• **Exercise**: All the data must be output exactly as given.
╭─ Dataset excerpts
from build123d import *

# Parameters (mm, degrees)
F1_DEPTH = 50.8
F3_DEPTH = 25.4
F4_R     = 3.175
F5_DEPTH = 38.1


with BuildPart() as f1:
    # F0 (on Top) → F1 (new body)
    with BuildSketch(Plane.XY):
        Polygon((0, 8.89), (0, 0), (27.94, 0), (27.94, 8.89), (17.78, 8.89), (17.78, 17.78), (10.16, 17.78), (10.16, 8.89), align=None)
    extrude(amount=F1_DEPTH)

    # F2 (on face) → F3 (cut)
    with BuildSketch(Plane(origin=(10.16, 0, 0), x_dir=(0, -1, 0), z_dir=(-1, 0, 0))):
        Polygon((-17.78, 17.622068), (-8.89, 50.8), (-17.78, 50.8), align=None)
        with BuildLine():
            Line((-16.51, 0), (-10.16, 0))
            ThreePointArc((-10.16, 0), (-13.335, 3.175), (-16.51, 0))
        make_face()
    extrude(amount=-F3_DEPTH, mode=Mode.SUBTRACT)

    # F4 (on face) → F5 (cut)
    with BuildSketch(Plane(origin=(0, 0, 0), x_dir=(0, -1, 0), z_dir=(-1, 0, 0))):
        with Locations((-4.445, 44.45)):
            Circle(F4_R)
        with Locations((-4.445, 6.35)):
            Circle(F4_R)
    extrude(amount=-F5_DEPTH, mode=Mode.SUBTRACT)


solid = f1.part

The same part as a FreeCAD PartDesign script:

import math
import FreeCAD as App
import Part
import Sketcher
Q = App.Units.Quantity


def add_polygon(sketch, points):
    """Adds a closed chain of lines whose ends are joined by coincident constraints."""
    first, n = sketch.GeometryCount, len(points)
    for a, b in zip(points, points[1:] + points[:1]):
        sketch.addGeometry(Part.LineSegment(App.Vector(*a, 0), App.Vector(*b, 0)), False)
    for i in range(n):
        sketch.addConstraint(Sketcher.Constraint("Coincident", first + i, 2, first + (i + 1) % n, 1))

doc = App.newDocument("Part")
body = doc.addObject("PartDesign::Body", "Body")

sketch1 = body.newObject("Sketcher::SketchObject", "Sketch")
sketch1.AttachmentSupport = (doc.getObject("XY_Plane"), [""])
sketch1.MapMode = "FlatFace"
add_polygon(sketch1, [(0, 9), (0, 0), (28, 0), (28, 9), (18, 9), (18, 18), (10, 18), (10, 9)])
sketch1.addConstraint(Sketcher.Constraint("Vertical", 0))
sketch1.addConstraint(Sketcher.Constraint("Horizontal", 1))
sketch1.addConstraint(Sketcher.Constraint("Vertical", 2))
sketch1.addConstraint(Sketcher.Constraint("Horizontal", 3))
sketch1.addConstraint(Sketcher.Constraint("Vertical", 4))
sketch1.addConstraint(Sketcher.Constraint("Horizontal", 5))
sketch1.addConstraint(Sketcher.Constraint("Vertical", 6))
sketch1.addConstraint(Sketcher.Constraint("Horizontal", 7))
sketch1.addConstraint(Sketcher.Constraint("Coincident", 0, 2, -1, 1))
sketch1.addConstraint(Sketcher.Constraint("Horizontal", 3, 2, 6, 2))
sketch1.addConstraint(Sketcher.Constraint("Equal", 3, 7))
sketch1.addConstraint(Sketcher.Constraint("Equal", 2, 4))
sketch1.addConstraint(Sketcher.Constraint("DistanceX", 1, 1, 1, 2, Q("1.1 in")))
sketch1.addConstraint(Sketcher.Constraint("DistanceX", 3, 2, 3, 1, Q("0.4 in")))
sketch1.addConstraint(Sketcher.Constraint("DistanceY", 0, 2, 0, 1, Q("0.35 in")))
pad1 = body.newObject("PartDesign::Pad", "Pad")
pad1.Profile = sketch1
pad1.Length = Q("2 in")

sketch2 = body.newObject("Sketcher::SketchObject", "Sketch001")
sketch2.AttachmentSupport = (doc.getObject("YZ_Plane"), [""])
sketch2.MapMode = "FlatFace"
sketch2.AttachmentOffset = App.Placement(App.Vector(0, 0, 0.4 * 25.4), App.Rotation())
add_polygon(sketch2, [(17.8, 17.6), (8.9, 50.8), (17.8, 50.8)])
sketch2.addGeometry(Part.LineSegment(App.Vector(16.5, 0, 0), App.Vector(10.2, 0, 0)), False)
sketch2.addGeometry(Part.ArcOfCircle(Part.Circle(App.Vector(13.3, 0, 0), App.Vector(0, 0, 1), 3.2), math.radians(0), math.radians(180)), False)
sketch2.addConstraint(Sketcher.Constraint("Coincident", 3, 1, 4, 1))
sketch2.addConstraint(Sketcher.Constraint("Coincident", 4, 2, 3, 2))
sketch2.addConstraint(Sketcher.Constraint("Horizontal", 1))
sketch2.addConstraint(Sketcher.Constraint("Vertical", 2))
sketch2.addConstraint(Sketcher.Constraint("Horizontal", 3))
sketch2.addConstraint(Sketcher.Constraint("PointOnObject", 4, 3, -1))
sketch2.addConstraint(Sketcher.Constraint("PointOnObject", 3, 1, -1))
sketch2.addConstraint(Sketcher.Constraint("DistanceY", -1, 1, 0, 2, Q("2 in")))
sketch2.addConstraint(Sketcher.Constraint("Angle", 0, Q("105 deg")))
sketch2.addConstraint(Sketcher.Constraint("Radius", 4, Q("0.125 in")))
sketch2.addConstraint(Sketcher.Constraint("DistanceX", 1, 1, 1, 2, Q("0.35 in")))
sketch2.addConstraint(Sketcher.Constraint("DistanceX", -1, 1, 1, 2, Q("0.7 in")))
sketch2.addConstraint(Sketcher.Constraint("DistanceX", -1, 1, 4, 2, Q("0.4 in")))
pocket1 = body.newObject("PartDesign::Pocket", "Pocket")
pocket1.Profile = sketch2
pocket1.Length = Q("1 in")
pocket1.Reversed = True

sketch3 = body.newObject("Sketcher::SketchObject", "Sketch002")
sketch3.AttachmentSupport = (doc.getObject("YZ_Plane"), [""])
sketch3.MapMode = "FlatFace"
sketch3.addGeometry(Part.Circle(App.Vector(4.4, 44.5, 0), App.Vector(0, 0, 1), 3.2), False)
sketch3.addGeometry(Part.Circle(App.Vector(4.4, 6.3, 0), App.Vector(0, 0, 1), 3.2), False)
sketch3.addConstraint(Sketcher.Constraint("Equal", 0, 1))
sketch3.addConstraint(Sketcher.Constraint("Vertical", 0, 3, 1, 3))
sketch3.addConstraint(Sketcher.Constraint("Diameter", 0, Q("0.25 in")))
sketch3.addConstraint(Sketcher.Constraint("DistanceY", 1, 3, 0, 3, Q("1.5 in")))
sketch3.addConstraint(Sketcher.Constraint("DistanceY", -1, 1, 0, 3, Q("1.75 in")))
sketch3.addConstraint(Sketcher.Constraint("DistanceX", -1, 1, 0, 3, Q("0.175 in")))
pocket2 = body.newObject("PartDesign::Pocket", "Pocket001")
pocket2.Profile = sketch3
pocket2.Length = Q("1.5 in")
pocket2.Reversed = True

doc.recompute()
╰─
• **Answer to this exercise**:
from build123d import *

# Parameters (mm, degrees)
F1_DEPTH = 50.8
F3_DEPTH = 25.4
F4_R     = 3.175
F5_DEPTH = 38.1


with BuildPart() as f1:
    # F0 (on Top) → F1 (new body)
    with BuildSketch(Plane.XY):
        Polygon((0, 8.89), (0, 0), (27.94, 0), (27.94, 8.89), (17.78, 8.89), (17.78, 17.78), (10.16, 17.78), (10.16, 8.89), align=None)
    extrude(amount=F1_DEPTH)

    # F2 (on face) → F3 (cut)
    with BuildSketch(Plane(origin=(10.16, 0, 0), x_dir=(0, -1, 0), z_dir=(-1, 0, 0))):
        Polygon((-17.78, 17.622068), (-8.89, 50.8), (-17.78, 50.8), align=None)
        with BuildLine():
            Line((-16.51, 0), (-10.16, 0))
            ThreePointArc((-10.16, 0), (-13.335, 3.175), (-16.51, 0))
        make_face()
    extrude(amount=-F3_DEPTH, mode=Mode.SUBTRACT)

    # F4 (on face) → F5 (cut)
    with BuildSketch(Plane(origin=(0, 0, 0), x_dir=(0, -1, 0), z_dir=(-1, 0, 0))):
        with Locations((-4.445, 44.45)):
            Circle(F4_R)
        with Locations((-4.445, 6.35)):
            Circle(F4_R)
    extrude(amount=-F5_DEPTH, mode=Mode.SUBTRACT)


solid = f1.part

The same part as a FreeCAD PartDesign script:

import math
import FreeCAD as App
import Part
import Sketcher
Q = App.Units.Quantity


def add_polygon(sketch, points):
    """Adds a closed chain of lines whose ends are joined by coincident constraints."""
    first, n = sketch.GeometryCount, len(points)
    for a, b in zip(points, points[1:] + points[:1]):
        sketch.addGeometry(Part.LineSegment(App.Vector(*a, 0), App.Vector(*b, 0)), False)
    for i in range(n):
        sketch.addConstraint(Sketcher.Constraint("Coincident", first + i, 2, first + (i + 1) % n, 1))

doc = App.newDocument("Part")
body = doc.addObject("PartDesign::Body", "Body")

sketch1 = body.newObject("Sketcher::SketchObject", "Sketch")
sketch1.AttachmentSupport = (doc.getObject("XY_Plane"), [""])
sketch1.MapMode = "FlatFace"
add_polygon(sketch1, [(0, 9), (0, 0), (28, 0), (28, 9), (18, 9), (18, 18), (10, 18), (10, 9)])
sketch1.addConstraint(Sketcher.Constraint("Vertical", 0))
sketch1.addConstraint(Sketcher.Constraint("Horizontal", 1))
sketch1.addConstraint(Sketcher.Constraint("Vertical", 2))
sketch1.addConstraint(Sketcher.Constraint("Horizontal", 3))
sketch1.addConstraint(Sketcher.Constraint("Vertical", 4))
sketch1.addConstraint(Sketcher.Constraint("Horizontal", 5))
sketch1.addConstraint(Sketcher.Constraint("Vertical", 6))
sketch1.addConstraint(Sketcher.Constraint("Horizontal", 7))
sketch1.addConstraint(Sketcher.Constraint("Coincident", 0, 2, -1, 1))
sketch1.addConstraint(Sketcher.Constraint("Horizontal", 3, 2, 6, 2))
sketch1.addConstraint(Sketcher.Constraint("Equal", 3, 7))
sketch1.addConstraint(Sketcher.Constraint("Equal", 2, 4))
sketch1.addConstraint(Sketcher.Constraint("DistanceX", 1, 1, 1, 2, Q("1.1 in")))
sketch1.addConstraint(Sketcher.Constraint("DistanceX", 3, 2, 3, 1, Q("0.4 in")))
sketch1.addConstraint(Sketcher.Constraint("DistanceY", 0, 2, 0, 1, Q("0.35 in")))
pad1 = body.newObject("PartDesign::Pad", "Pad")
pad1.Profile = sketch1
pad1.Length = Q("2 in")

sketch2 = body.newObject("Sketcher::SketchObject", "Sketch001")
sketch2.AttachmentSupport = (doc.getObject("YZ_Plane"), [""])
sketch2.MapMode = "FlatFace"
sketch2.AttachmentOffset = App.Placement(App.Vector(0, 0, 0.4 * 25.4), App.Rotation())
add_polygon(sketch2, [(17.8, 17.6), (8.9, 50.8), (17.8, 50.8)])
sketch2.addGeometry(Part.LineSegment(App.Vector(16.5, 0, 0), App.Vector(10.2, 0, 0)), False)
sketch2.addGeometry(Part.ArcOfCircle(Part.Circle(App.Vector(13.3, 0, 0), App.Vector(0, 0, 1), 3.2), math.radians(0), math.radians(180)), False)
sketch2.addConstraint(Sketcher.Constraint("Coincident", 3, 1, 4, 1))
sketch2.addConstraint(Sketcher.Constraint("Coincident", 4, 2, 3, 2))
sketch2.addConstraint(Sketcher.Constraint("Horizontal", 1))
sketch2.addConstraint(Sketcher.Constraint("Vertical", 2))
sketch2.addConstraint(Sketcher.Constraint("Horizontal", 3))
sketch2.addConstraint(Sketcher.Constraint("PointOnObject", 4, 3, -1))
sketch2.addConstraint(Sketcher.Constraint("PointOnObject", 3, 1, -1))
sketch2.addConstraint(Sketcher.Constraint("DistanceY", -1, 1, 0, 2, Q("2 in")))
sketch2.addConstraint(Sketcher.Constraint("Angle", 0, Q("105 deg")))
sketch2.addConstraint(Sketcher.Constraint("Radius", 4, Q("0.125 in")))
sketch2.addConstraint(Sketcher.Constraint("DistanceX", 1, 1, 1, 2, Q("0.35 in")))
sketch2.addConstraint(Sketcher.Constraint("DistanceX", -1, 1, 1, 2, Q("0.7 in")))
sketch2.addConstraint(Sketcher.Constraint("DistanceX", -1, 1, 4, 2, Q("0.4 in")))
pocket1 = body.newObject("PartDesign::Pocket", "Pocket")
pocket1.Profile = sketch2
pocket1.Length = Q("1 in")
pocket1.Reversed = True

sketch3 = body.newObject("Sketcher::SketchObject", "Sketch002")
sketch3.AttachmentSupport = (doc.getObject("YZ_Plane"), [""])
sketch3.MapMode = "FlatFace"
sketch3.addGeometry(Part.Circle(App.Vector(4.4, 44.5, 0), App.Vector(0, 0, 1), 3.2), False)
sketch3.addGeometry(Part.Circle(App.Vector(4.4, 6.3, 0), App.Vector(0, 0, 1), 3.2), False)
sketch3.addConstraint(Sketcher.Constraint("Equal", 0, 1))
sketch3.addConstraint(Sketcher.Constraint("Vertical", 0, 3, 1, 3))
sketch3.addConstraint(Sketcher.Constraint("Diameter", 0, Q("0.25 in")))
sketch3.addConstraint(Sketcher.Constraint("DistanceY", 1, 3, 0, 3, Q("1.5 in")))
sketch3.addConstraint(Sketcher.Constraint("DistanceY", -1, 1, 0, 3, Q("1.75 in")))
sketch3.addConstraint(Sketcher.Constraint("DistanceX", -1, 1, 0, 3, Q("0.175 in")))
pocket2 = body.newObject("PartDesign::Pocket", "Pocket001")
pocket2.Profile = sketch3
pocket2.Length = Q("1.5 in")
pocket2.Reversed = True

doc.recompute()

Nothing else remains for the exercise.